Records from a data source
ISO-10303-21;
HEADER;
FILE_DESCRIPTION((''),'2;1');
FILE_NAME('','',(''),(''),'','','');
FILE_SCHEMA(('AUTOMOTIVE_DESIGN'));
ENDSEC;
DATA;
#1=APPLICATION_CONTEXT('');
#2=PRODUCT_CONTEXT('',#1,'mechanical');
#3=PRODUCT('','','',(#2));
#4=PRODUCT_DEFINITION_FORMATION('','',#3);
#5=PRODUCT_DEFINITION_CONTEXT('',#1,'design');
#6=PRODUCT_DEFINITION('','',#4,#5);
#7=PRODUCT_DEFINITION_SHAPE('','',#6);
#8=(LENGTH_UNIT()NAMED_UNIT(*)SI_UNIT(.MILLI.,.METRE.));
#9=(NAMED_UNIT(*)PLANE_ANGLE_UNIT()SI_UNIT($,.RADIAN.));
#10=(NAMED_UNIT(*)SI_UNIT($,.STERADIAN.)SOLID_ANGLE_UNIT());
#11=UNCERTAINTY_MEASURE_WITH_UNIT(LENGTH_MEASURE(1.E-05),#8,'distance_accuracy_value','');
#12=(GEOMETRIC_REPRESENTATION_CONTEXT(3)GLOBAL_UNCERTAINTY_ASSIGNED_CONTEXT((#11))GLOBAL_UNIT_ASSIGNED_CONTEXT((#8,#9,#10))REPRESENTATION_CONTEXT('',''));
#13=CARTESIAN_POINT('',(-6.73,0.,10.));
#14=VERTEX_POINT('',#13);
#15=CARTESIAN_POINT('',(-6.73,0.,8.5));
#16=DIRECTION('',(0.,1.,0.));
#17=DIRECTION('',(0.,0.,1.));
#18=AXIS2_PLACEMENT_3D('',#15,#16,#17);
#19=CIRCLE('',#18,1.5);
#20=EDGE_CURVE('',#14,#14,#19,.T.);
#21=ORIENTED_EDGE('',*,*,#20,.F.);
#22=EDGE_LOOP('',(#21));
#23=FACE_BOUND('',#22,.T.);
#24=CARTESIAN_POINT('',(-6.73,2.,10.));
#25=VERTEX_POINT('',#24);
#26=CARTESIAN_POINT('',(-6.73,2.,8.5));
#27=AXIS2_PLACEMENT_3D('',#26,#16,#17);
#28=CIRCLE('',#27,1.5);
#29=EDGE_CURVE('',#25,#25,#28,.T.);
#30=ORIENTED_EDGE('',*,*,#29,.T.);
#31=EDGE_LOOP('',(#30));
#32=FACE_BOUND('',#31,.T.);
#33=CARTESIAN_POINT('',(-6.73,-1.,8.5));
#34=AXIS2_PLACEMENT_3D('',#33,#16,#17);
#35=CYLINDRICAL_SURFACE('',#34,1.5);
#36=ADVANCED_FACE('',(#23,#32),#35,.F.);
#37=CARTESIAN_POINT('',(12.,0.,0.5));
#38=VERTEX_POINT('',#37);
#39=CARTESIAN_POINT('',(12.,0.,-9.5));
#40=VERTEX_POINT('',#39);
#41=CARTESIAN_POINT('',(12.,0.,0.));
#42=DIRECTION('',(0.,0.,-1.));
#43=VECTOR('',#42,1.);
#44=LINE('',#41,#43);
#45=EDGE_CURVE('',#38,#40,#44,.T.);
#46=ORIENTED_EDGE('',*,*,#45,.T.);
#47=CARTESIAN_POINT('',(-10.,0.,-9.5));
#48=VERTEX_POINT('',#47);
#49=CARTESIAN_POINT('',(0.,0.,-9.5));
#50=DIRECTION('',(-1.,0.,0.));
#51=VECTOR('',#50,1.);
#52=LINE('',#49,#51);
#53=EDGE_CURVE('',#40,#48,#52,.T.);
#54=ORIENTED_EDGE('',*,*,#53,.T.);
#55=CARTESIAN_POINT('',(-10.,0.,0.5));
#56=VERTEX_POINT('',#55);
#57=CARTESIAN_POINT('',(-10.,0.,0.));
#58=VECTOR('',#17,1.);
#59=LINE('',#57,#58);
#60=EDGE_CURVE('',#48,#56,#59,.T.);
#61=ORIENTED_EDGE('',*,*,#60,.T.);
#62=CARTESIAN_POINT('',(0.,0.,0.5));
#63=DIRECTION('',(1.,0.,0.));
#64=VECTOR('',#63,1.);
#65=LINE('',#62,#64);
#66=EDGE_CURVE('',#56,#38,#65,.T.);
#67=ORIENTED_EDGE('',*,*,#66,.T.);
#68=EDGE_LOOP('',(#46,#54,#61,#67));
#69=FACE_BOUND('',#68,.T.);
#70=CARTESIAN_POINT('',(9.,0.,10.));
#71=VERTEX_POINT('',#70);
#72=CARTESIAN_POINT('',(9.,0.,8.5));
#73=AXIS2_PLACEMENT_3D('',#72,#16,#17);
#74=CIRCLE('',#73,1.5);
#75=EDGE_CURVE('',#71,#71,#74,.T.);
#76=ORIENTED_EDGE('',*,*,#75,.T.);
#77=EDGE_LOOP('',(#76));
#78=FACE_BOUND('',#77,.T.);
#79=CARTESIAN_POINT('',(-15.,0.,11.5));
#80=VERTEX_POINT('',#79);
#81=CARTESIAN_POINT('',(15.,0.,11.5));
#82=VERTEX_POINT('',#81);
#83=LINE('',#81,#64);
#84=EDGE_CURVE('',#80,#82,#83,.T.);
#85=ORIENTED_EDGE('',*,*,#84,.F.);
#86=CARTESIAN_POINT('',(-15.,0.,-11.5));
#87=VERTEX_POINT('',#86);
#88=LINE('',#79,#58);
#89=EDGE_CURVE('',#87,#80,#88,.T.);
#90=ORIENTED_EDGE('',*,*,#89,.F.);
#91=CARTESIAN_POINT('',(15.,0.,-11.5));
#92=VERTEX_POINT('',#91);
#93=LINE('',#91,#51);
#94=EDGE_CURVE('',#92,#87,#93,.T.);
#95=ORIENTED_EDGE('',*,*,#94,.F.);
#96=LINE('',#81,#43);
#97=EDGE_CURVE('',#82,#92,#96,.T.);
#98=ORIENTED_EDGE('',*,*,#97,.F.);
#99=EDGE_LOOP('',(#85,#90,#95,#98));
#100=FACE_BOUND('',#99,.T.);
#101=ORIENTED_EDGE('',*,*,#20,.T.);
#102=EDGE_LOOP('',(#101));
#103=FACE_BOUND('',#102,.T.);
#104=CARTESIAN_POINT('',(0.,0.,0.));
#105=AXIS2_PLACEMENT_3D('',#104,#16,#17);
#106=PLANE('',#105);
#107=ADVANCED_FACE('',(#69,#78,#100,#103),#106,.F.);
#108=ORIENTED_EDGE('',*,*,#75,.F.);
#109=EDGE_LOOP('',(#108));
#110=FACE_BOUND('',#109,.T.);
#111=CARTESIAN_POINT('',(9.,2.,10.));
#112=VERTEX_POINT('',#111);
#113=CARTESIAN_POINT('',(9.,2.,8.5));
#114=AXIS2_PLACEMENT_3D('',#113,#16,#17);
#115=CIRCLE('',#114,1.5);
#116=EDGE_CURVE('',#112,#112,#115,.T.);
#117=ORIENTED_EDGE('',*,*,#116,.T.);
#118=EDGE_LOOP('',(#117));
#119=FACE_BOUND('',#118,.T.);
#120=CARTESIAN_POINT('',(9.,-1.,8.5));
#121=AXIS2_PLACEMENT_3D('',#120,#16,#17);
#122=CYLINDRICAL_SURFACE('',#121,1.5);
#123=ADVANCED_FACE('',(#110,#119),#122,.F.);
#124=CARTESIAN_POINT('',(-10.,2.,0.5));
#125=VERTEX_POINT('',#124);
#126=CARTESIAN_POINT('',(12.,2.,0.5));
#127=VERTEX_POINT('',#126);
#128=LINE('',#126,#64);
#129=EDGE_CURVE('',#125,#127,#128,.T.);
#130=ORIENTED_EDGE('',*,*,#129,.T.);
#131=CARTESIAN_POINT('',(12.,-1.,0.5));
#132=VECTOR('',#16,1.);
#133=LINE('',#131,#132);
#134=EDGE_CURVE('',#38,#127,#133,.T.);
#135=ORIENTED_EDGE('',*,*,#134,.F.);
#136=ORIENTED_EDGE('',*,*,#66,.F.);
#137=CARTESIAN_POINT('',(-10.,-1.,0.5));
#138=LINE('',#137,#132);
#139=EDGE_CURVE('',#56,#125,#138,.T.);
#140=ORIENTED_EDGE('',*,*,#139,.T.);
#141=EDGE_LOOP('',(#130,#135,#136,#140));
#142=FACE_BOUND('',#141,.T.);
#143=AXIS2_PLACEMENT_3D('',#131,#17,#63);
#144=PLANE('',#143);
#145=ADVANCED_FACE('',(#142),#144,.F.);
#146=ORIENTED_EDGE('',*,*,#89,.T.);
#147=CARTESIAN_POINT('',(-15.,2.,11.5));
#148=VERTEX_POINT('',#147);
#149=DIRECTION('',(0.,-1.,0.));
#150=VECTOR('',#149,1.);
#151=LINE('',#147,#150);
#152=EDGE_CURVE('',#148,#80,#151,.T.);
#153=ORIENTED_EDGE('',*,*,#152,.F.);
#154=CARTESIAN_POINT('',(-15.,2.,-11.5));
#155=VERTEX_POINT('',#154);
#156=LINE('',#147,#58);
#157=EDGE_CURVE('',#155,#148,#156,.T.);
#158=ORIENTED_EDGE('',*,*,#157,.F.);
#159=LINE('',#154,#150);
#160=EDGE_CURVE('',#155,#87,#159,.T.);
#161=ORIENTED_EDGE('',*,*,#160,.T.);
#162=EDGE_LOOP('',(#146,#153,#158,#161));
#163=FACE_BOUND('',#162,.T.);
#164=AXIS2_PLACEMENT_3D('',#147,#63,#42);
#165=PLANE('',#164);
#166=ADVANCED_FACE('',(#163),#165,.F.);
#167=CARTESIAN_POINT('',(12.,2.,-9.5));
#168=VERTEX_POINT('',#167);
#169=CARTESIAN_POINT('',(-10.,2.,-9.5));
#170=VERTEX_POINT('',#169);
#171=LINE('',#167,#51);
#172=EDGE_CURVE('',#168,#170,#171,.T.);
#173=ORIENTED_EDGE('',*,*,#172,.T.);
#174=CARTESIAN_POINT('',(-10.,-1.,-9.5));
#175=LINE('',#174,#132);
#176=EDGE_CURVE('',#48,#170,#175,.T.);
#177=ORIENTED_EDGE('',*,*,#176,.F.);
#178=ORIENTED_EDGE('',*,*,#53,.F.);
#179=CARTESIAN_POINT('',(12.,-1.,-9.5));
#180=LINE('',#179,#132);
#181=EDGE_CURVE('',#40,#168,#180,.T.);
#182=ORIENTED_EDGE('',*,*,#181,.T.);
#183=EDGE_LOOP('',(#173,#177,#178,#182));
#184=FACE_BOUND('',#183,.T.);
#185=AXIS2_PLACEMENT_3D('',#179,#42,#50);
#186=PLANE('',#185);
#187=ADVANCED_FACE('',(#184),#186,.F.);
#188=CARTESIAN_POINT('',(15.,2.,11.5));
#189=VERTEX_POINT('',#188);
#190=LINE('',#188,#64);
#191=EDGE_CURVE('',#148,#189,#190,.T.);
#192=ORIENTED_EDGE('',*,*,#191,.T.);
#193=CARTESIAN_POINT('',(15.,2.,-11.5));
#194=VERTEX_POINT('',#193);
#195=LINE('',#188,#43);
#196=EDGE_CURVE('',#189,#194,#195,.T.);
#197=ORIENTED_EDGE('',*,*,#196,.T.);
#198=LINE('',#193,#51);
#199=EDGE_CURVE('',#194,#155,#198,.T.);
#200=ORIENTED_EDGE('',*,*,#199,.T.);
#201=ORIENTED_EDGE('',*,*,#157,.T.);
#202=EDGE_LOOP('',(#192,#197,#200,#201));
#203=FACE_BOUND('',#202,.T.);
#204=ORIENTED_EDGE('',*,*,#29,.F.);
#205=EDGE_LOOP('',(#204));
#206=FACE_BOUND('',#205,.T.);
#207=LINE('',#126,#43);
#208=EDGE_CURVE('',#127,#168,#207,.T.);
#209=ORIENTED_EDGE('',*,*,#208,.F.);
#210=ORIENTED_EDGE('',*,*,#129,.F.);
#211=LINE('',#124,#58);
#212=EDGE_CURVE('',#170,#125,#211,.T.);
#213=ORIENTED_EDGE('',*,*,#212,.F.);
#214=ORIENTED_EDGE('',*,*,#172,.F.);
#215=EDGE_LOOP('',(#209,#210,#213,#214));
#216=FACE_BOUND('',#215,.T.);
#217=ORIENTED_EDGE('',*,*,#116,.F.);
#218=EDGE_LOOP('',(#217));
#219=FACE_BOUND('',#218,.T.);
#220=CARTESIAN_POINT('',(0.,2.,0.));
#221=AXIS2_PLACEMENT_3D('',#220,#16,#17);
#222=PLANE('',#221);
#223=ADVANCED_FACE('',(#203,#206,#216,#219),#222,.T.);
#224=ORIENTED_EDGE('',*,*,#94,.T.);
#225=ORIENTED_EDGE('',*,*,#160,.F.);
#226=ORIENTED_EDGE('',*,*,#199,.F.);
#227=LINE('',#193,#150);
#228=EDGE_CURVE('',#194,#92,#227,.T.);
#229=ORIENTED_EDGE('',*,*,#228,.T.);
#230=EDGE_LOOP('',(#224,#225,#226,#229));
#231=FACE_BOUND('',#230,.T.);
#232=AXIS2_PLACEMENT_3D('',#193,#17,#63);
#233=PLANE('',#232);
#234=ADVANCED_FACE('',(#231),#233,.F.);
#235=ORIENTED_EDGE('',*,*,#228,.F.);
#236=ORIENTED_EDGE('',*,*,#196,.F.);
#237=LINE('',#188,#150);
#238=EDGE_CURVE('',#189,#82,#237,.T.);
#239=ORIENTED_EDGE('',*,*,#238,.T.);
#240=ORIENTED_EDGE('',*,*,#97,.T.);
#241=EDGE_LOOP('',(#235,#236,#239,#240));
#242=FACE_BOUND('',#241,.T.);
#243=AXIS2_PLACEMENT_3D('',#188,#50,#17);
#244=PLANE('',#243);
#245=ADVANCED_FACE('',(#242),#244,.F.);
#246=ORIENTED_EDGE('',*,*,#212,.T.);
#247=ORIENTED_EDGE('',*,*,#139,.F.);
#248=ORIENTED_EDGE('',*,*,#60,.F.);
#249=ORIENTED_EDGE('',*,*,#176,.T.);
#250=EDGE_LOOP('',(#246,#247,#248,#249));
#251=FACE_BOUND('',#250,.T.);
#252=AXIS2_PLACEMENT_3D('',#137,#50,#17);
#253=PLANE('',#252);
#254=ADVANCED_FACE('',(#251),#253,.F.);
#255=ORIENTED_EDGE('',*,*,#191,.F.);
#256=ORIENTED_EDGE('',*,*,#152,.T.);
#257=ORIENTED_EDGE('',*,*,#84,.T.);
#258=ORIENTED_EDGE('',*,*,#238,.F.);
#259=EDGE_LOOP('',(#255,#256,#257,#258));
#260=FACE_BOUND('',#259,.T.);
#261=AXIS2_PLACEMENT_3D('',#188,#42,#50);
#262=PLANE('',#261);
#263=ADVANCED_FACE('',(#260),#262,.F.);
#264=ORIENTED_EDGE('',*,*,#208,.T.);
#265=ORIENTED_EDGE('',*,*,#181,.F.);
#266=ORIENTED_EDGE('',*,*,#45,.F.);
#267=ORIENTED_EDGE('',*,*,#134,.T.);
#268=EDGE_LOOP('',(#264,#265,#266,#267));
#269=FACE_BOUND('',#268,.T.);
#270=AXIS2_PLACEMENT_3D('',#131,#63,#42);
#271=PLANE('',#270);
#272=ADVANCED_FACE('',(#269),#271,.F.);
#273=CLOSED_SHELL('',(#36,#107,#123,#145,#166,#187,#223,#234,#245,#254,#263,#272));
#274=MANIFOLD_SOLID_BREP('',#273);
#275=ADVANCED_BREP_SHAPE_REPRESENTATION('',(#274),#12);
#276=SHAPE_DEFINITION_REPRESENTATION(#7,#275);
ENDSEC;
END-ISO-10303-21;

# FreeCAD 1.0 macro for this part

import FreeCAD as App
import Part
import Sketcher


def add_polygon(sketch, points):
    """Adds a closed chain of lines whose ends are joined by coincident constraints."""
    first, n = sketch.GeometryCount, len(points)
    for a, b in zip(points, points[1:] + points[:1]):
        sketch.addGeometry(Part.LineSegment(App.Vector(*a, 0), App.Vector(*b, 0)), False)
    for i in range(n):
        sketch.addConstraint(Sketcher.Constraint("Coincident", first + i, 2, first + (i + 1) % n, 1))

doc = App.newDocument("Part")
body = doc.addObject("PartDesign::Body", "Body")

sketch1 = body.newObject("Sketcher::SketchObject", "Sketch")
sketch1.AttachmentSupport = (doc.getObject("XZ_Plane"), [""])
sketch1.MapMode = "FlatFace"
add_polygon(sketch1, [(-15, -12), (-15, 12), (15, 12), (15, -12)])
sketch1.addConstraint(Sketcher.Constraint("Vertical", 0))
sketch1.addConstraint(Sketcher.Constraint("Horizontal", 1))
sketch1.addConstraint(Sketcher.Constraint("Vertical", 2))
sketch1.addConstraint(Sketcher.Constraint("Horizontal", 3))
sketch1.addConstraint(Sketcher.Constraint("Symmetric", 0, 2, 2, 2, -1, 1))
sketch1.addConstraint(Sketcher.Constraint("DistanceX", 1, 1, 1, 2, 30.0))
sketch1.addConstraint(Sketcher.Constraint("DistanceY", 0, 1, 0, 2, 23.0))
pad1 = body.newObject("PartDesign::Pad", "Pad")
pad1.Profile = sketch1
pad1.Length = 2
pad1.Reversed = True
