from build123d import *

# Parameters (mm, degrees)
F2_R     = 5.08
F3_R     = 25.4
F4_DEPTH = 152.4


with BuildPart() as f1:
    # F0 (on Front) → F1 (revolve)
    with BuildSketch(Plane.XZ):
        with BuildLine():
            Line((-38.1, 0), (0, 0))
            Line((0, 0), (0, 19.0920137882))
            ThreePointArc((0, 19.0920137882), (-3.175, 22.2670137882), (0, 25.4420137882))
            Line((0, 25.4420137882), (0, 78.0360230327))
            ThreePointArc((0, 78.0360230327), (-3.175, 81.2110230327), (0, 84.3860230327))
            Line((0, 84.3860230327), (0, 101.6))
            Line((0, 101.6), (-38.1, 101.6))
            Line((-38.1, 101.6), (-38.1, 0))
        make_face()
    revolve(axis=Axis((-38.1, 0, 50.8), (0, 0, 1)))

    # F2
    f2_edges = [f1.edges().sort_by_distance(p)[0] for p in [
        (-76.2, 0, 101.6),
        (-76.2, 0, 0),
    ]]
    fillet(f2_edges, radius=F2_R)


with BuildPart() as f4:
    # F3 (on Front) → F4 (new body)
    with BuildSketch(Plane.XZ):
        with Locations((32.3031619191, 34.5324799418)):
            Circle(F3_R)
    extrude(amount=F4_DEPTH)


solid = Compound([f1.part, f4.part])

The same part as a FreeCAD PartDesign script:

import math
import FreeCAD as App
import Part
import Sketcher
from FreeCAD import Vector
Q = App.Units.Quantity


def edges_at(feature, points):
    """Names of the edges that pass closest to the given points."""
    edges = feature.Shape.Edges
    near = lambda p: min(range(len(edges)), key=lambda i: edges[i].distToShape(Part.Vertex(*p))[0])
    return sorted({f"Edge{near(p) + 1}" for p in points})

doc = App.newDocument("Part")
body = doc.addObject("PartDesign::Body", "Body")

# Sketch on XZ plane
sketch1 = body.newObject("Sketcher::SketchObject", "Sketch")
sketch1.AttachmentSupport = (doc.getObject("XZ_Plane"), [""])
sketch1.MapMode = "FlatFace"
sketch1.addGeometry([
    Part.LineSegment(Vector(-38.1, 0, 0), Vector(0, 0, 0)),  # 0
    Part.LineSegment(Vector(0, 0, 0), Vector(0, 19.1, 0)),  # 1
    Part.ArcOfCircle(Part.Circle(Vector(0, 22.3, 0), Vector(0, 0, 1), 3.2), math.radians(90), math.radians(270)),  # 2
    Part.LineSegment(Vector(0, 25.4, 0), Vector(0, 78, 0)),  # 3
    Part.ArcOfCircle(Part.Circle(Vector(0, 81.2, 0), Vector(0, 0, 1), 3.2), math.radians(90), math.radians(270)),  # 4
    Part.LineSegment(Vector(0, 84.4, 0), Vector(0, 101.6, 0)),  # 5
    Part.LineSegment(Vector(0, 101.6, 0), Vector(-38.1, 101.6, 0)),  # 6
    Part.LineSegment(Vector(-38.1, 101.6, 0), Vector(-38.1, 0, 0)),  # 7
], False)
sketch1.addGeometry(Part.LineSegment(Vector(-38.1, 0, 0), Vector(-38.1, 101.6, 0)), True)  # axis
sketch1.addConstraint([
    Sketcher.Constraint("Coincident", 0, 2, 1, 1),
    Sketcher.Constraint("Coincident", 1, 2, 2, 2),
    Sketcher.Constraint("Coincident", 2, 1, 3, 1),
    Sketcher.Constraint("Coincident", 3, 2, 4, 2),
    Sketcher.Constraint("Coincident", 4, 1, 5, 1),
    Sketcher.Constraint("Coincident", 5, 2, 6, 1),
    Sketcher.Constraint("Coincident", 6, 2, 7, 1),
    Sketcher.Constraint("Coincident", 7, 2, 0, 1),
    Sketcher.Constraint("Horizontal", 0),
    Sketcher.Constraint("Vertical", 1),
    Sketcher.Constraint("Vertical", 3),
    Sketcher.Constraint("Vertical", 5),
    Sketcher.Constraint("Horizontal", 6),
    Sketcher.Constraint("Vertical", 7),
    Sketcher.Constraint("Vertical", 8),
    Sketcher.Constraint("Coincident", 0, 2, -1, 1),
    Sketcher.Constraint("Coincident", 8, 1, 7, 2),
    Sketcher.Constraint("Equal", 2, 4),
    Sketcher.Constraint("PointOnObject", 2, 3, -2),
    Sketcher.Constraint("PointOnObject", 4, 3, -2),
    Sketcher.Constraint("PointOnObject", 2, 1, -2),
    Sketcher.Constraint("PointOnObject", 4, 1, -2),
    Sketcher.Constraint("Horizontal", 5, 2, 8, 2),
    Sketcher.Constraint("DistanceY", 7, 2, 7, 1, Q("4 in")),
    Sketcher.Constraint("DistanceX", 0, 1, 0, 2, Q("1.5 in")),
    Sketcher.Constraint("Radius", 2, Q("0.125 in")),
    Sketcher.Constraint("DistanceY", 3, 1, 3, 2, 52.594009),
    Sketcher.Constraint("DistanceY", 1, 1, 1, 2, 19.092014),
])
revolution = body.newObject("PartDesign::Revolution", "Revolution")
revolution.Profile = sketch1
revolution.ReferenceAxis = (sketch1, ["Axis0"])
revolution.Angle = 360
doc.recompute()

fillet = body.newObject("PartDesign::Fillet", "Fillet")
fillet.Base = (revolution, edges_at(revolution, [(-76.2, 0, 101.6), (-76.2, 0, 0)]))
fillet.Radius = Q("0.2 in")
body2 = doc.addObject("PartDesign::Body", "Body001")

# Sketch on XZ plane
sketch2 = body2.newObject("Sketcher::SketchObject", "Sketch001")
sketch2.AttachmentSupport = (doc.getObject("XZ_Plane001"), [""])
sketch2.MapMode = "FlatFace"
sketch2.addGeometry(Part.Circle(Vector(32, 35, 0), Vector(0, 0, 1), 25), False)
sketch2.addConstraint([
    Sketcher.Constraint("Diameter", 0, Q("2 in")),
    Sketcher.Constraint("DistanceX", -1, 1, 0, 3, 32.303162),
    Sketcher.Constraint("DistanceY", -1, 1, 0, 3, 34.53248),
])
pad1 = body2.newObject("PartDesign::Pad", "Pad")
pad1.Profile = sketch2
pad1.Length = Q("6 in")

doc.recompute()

Exercise brief:
What you return must be an exact retyping of the lines above starting at the line with "#5=PRODUCT_DEFINITION_CONTEXT('',#1,'design');" and ending at the line with "#10=(NAMED_UNIT(*)SI_UNIT($,.STERADIAN.)SOLID_ANGLE_UNIT());", and nothing besides.

Result below:
#5=PRODUCT_DEFINITION_CONTEXT('',#1,'design');
#6=PRODUCT_DEFINITION('','',#4,#5);
#7=PRODUCT_DEFINITION_SHAPE('','',#6);
#8=(LENGTH_UNIT()NAMED_UNIT(*)SI_UNIT(.MILLI.,.METRE.));
#9=(NAMED_UNIT(*)PLANE_ANGLE_UNIT()SI_UNIT($,.RADIAN.));
#10=(NAMED_UNIT(*)SI_UNIT($,.STERADIAN.)SOLID_ANGLE_UNIT());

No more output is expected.